* WHAT TO WORK ON:
Check each line of the data below for the word "Mode", then extract the ones that have it.

START DATA TO PROCESS

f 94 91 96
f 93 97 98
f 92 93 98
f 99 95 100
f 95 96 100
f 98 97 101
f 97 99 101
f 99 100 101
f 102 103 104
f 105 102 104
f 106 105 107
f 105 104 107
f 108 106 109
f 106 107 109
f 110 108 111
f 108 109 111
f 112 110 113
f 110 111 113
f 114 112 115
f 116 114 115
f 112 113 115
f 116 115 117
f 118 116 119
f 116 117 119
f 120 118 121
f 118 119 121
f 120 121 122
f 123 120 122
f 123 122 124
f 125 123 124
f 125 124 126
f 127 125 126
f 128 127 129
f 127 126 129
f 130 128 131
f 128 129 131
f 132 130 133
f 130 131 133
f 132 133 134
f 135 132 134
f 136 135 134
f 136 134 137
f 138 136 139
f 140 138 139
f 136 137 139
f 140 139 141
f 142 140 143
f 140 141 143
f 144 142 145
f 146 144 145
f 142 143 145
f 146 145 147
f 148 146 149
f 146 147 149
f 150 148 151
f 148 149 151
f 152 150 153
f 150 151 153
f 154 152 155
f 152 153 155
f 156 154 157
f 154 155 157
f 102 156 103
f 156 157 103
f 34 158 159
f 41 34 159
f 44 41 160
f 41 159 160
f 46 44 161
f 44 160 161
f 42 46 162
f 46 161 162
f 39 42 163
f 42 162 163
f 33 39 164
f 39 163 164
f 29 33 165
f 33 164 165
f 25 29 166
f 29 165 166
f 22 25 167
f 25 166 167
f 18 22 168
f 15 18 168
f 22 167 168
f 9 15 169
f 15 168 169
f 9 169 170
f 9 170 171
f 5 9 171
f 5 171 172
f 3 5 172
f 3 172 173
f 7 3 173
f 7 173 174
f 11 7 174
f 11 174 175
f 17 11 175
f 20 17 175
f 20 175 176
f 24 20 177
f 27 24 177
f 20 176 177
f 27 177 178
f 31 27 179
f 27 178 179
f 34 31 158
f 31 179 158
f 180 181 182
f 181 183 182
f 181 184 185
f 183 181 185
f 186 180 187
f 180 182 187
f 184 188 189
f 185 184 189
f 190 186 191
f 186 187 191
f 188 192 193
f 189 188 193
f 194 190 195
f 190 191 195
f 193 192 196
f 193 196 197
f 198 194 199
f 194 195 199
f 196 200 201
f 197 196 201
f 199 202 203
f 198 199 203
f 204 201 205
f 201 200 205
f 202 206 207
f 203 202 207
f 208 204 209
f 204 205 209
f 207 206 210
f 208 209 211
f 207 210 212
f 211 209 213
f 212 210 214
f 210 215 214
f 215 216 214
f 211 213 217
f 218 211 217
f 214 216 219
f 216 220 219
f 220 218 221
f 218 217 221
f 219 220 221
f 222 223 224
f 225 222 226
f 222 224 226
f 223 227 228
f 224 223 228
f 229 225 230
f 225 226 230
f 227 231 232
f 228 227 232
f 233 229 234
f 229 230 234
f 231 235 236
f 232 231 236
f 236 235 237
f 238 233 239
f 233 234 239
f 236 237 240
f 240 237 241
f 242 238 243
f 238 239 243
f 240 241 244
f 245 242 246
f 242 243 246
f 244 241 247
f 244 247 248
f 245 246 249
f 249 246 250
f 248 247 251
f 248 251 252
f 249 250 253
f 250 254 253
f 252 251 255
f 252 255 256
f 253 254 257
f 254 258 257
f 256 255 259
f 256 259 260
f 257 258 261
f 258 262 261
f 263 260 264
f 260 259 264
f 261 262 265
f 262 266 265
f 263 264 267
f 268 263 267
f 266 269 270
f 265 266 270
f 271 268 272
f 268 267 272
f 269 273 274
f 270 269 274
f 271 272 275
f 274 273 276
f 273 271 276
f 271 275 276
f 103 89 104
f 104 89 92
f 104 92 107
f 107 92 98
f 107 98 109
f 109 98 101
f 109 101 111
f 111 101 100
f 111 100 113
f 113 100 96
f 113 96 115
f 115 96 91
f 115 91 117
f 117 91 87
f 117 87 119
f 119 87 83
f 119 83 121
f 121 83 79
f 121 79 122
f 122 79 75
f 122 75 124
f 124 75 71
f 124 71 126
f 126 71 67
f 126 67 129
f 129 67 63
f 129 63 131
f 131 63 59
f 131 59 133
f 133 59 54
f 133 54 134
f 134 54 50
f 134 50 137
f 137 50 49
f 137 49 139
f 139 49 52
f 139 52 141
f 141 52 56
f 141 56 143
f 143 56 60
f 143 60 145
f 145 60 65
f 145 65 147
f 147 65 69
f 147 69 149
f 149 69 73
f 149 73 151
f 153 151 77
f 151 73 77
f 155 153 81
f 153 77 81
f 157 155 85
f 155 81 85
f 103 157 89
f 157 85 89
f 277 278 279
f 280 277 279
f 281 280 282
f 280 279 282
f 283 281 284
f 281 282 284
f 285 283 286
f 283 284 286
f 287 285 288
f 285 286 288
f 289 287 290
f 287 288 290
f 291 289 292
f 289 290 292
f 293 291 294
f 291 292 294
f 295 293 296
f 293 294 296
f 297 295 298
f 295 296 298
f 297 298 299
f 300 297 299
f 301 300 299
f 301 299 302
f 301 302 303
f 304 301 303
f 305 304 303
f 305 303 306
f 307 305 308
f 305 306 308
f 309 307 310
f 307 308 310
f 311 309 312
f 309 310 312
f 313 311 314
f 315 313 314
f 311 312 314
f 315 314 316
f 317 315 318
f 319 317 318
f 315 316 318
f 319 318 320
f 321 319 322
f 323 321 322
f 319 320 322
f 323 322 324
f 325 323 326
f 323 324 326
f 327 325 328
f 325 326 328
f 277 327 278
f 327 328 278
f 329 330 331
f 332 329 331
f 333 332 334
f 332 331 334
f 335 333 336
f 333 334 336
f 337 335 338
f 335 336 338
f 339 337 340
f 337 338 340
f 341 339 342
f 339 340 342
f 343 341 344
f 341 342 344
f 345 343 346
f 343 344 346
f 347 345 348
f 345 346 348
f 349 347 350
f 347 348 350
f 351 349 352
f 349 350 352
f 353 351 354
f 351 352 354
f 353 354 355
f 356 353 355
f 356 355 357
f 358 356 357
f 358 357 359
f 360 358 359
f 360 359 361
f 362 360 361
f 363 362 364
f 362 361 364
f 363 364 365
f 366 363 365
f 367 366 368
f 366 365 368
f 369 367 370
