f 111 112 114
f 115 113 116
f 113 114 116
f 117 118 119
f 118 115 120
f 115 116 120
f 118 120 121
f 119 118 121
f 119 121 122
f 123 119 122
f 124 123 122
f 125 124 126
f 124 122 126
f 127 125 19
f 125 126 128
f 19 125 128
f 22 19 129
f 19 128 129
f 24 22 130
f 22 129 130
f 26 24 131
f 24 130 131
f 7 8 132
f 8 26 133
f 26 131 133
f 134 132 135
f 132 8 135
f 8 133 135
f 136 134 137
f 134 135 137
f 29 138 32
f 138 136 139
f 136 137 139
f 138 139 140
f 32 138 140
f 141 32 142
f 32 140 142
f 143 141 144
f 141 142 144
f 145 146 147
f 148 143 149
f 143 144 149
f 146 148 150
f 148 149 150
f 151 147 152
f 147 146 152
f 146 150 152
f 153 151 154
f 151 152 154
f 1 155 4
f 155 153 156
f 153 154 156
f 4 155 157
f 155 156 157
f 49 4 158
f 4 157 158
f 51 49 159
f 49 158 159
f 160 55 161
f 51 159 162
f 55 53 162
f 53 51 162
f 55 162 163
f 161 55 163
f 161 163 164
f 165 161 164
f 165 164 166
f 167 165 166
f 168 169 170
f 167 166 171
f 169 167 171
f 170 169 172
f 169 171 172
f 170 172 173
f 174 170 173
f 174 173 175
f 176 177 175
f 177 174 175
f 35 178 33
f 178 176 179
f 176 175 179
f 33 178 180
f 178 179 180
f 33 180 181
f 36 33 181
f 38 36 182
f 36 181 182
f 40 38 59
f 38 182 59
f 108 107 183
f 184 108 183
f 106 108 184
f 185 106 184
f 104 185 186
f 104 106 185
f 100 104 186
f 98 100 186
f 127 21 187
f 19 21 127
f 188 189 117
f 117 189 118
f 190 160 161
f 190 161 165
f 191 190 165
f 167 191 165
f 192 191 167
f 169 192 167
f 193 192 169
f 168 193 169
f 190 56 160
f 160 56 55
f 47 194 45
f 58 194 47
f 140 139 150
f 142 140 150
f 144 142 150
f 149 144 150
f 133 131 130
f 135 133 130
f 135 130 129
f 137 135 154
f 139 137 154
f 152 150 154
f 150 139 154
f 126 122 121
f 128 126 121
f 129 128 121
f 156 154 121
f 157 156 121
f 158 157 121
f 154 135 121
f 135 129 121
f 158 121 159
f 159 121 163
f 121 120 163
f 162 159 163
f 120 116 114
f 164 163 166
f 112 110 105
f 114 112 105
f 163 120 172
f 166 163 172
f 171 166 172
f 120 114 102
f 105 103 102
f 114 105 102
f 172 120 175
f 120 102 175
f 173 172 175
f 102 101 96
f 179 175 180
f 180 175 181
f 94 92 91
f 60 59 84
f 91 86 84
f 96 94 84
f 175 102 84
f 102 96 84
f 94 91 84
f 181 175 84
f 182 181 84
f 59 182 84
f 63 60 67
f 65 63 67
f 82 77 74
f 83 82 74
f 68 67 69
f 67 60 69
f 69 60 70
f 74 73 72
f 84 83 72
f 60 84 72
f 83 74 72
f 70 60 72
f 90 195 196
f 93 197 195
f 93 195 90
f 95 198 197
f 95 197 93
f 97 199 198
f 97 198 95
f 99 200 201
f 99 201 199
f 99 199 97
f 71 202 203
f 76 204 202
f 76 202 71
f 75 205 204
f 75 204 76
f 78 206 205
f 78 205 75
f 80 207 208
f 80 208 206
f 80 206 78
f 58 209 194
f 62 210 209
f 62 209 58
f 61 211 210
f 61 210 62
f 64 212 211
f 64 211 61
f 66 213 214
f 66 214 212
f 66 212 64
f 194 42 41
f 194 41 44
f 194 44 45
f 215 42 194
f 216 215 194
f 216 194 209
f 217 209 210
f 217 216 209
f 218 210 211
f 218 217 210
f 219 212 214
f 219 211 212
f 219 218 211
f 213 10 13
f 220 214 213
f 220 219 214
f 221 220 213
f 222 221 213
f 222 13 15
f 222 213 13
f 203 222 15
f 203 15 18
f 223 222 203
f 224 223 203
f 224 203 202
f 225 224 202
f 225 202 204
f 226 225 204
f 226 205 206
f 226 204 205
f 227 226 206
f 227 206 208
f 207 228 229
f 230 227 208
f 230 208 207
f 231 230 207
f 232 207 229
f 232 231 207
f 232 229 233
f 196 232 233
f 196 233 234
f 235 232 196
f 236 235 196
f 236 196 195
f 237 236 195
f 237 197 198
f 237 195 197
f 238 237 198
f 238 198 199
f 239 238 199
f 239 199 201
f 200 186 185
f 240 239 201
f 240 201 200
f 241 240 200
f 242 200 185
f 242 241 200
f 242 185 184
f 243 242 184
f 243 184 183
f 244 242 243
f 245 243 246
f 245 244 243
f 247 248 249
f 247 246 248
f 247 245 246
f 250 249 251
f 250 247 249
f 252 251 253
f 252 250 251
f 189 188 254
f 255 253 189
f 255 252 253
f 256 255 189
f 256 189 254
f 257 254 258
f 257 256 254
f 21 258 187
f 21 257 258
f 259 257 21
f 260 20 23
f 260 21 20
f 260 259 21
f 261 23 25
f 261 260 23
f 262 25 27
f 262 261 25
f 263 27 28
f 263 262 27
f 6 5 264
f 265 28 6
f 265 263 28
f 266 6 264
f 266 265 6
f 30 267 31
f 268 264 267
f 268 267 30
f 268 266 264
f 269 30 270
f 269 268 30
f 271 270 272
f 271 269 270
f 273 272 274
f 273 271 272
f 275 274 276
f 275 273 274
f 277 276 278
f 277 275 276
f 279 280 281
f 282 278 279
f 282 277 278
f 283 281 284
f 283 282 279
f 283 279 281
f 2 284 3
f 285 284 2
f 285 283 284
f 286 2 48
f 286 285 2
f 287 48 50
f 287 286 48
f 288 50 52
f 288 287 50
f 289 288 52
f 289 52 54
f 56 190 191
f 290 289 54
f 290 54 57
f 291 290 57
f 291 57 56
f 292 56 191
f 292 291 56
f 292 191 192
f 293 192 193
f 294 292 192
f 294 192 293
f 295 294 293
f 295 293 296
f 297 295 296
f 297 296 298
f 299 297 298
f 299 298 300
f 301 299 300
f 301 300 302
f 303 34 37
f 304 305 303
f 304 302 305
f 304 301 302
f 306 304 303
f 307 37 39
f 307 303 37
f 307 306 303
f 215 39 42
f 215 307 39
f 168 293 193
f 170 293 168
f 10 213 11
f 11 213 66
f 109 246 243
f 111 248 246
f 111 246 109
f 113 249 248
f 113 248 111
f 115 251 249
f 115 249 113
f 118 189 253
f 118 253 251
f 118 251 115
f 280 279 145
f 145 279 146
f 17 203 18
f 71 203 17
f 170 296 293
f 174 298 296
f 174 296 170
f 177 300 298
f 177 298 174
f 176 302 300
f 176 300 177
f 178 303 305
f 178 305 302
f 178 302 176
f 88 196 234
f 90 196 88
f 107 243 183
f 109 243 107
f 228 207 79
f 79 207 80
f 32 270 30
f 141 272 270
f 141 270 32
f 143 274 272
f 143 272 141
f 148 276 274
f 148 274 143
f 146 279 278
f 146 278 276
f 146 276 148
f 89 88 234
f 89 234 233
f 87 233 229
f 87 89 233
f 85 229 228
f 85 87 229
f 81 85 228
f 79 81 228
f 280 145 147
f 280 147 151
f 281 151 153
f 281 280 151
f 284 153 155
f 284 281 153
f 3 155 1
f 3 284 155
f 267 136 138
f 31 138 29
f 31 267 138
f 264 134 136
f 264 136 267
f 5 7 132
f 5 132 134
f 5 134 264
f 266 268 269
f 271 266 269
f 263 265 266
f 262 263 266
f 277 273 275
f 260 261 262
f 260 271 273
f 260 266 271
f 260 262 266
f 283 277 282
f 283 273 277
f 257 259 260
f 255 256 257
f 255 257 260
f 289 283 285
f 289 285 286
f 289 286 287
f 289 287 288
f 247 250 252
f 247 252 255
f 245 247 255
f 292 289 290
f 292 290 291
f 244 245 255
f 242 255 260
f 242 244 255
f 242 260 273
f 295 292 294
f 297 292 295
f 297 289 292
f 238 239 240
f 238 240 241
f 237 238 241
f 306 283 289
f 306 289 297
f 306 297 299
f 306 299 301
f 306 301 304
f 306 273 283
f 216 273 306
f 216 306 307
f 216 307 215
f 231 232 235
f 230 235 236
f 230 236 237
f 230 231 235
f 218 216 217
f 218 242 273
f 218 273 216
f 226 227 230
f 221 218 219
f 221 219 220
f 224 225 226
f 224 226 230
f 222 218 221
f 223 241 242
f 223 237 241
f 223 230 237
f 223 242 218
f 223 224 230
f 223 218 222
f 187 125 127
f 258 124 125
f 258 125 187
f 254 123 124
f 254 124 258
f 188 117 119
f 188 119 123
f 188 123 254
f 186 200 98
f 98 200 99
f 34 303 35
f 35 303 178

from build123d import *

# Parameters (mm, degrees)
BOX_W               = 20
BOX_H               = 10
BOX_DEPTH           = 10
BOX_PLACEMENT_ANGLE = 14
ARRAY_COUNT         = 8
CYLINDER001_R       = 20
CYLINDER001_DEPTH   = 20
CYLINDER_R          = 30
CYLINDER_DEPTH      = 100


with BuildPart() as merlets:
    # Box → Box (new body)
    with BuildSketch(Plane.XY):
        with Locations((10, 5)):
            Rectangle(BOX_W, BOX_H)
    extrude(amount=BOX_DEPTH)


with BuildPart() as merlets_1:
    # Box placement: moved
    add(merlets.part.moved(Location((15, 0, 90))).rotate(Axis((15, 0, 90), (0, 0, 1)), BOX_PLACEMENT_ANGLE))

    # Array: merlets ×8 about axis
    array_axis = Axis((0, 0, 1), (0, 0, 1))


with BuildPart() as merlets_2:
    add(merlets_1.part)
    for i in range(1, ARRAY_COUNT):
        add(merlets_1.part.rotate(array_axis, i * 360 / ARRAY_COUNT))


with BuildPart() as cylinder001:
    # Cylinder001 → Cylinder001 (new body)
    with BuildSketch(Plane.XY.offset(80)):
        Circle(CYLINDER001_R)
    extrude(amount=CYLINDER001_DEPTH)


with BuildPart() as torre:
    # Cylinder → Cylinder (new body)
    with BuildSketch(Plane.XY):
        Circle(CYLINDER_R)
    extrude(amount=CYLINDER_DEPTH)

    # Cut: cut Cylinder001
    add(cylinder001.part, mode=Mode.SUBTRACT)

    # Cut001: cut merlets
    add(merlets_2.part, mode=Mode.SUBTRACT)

END DATA TO PROCESS

* SOLUTION FOR THIS TASK:
    add(cylinder001.part, mode=Mode.SUBTRACT)
    add(merlets_2.part, mode=Mode.SUBTRACT)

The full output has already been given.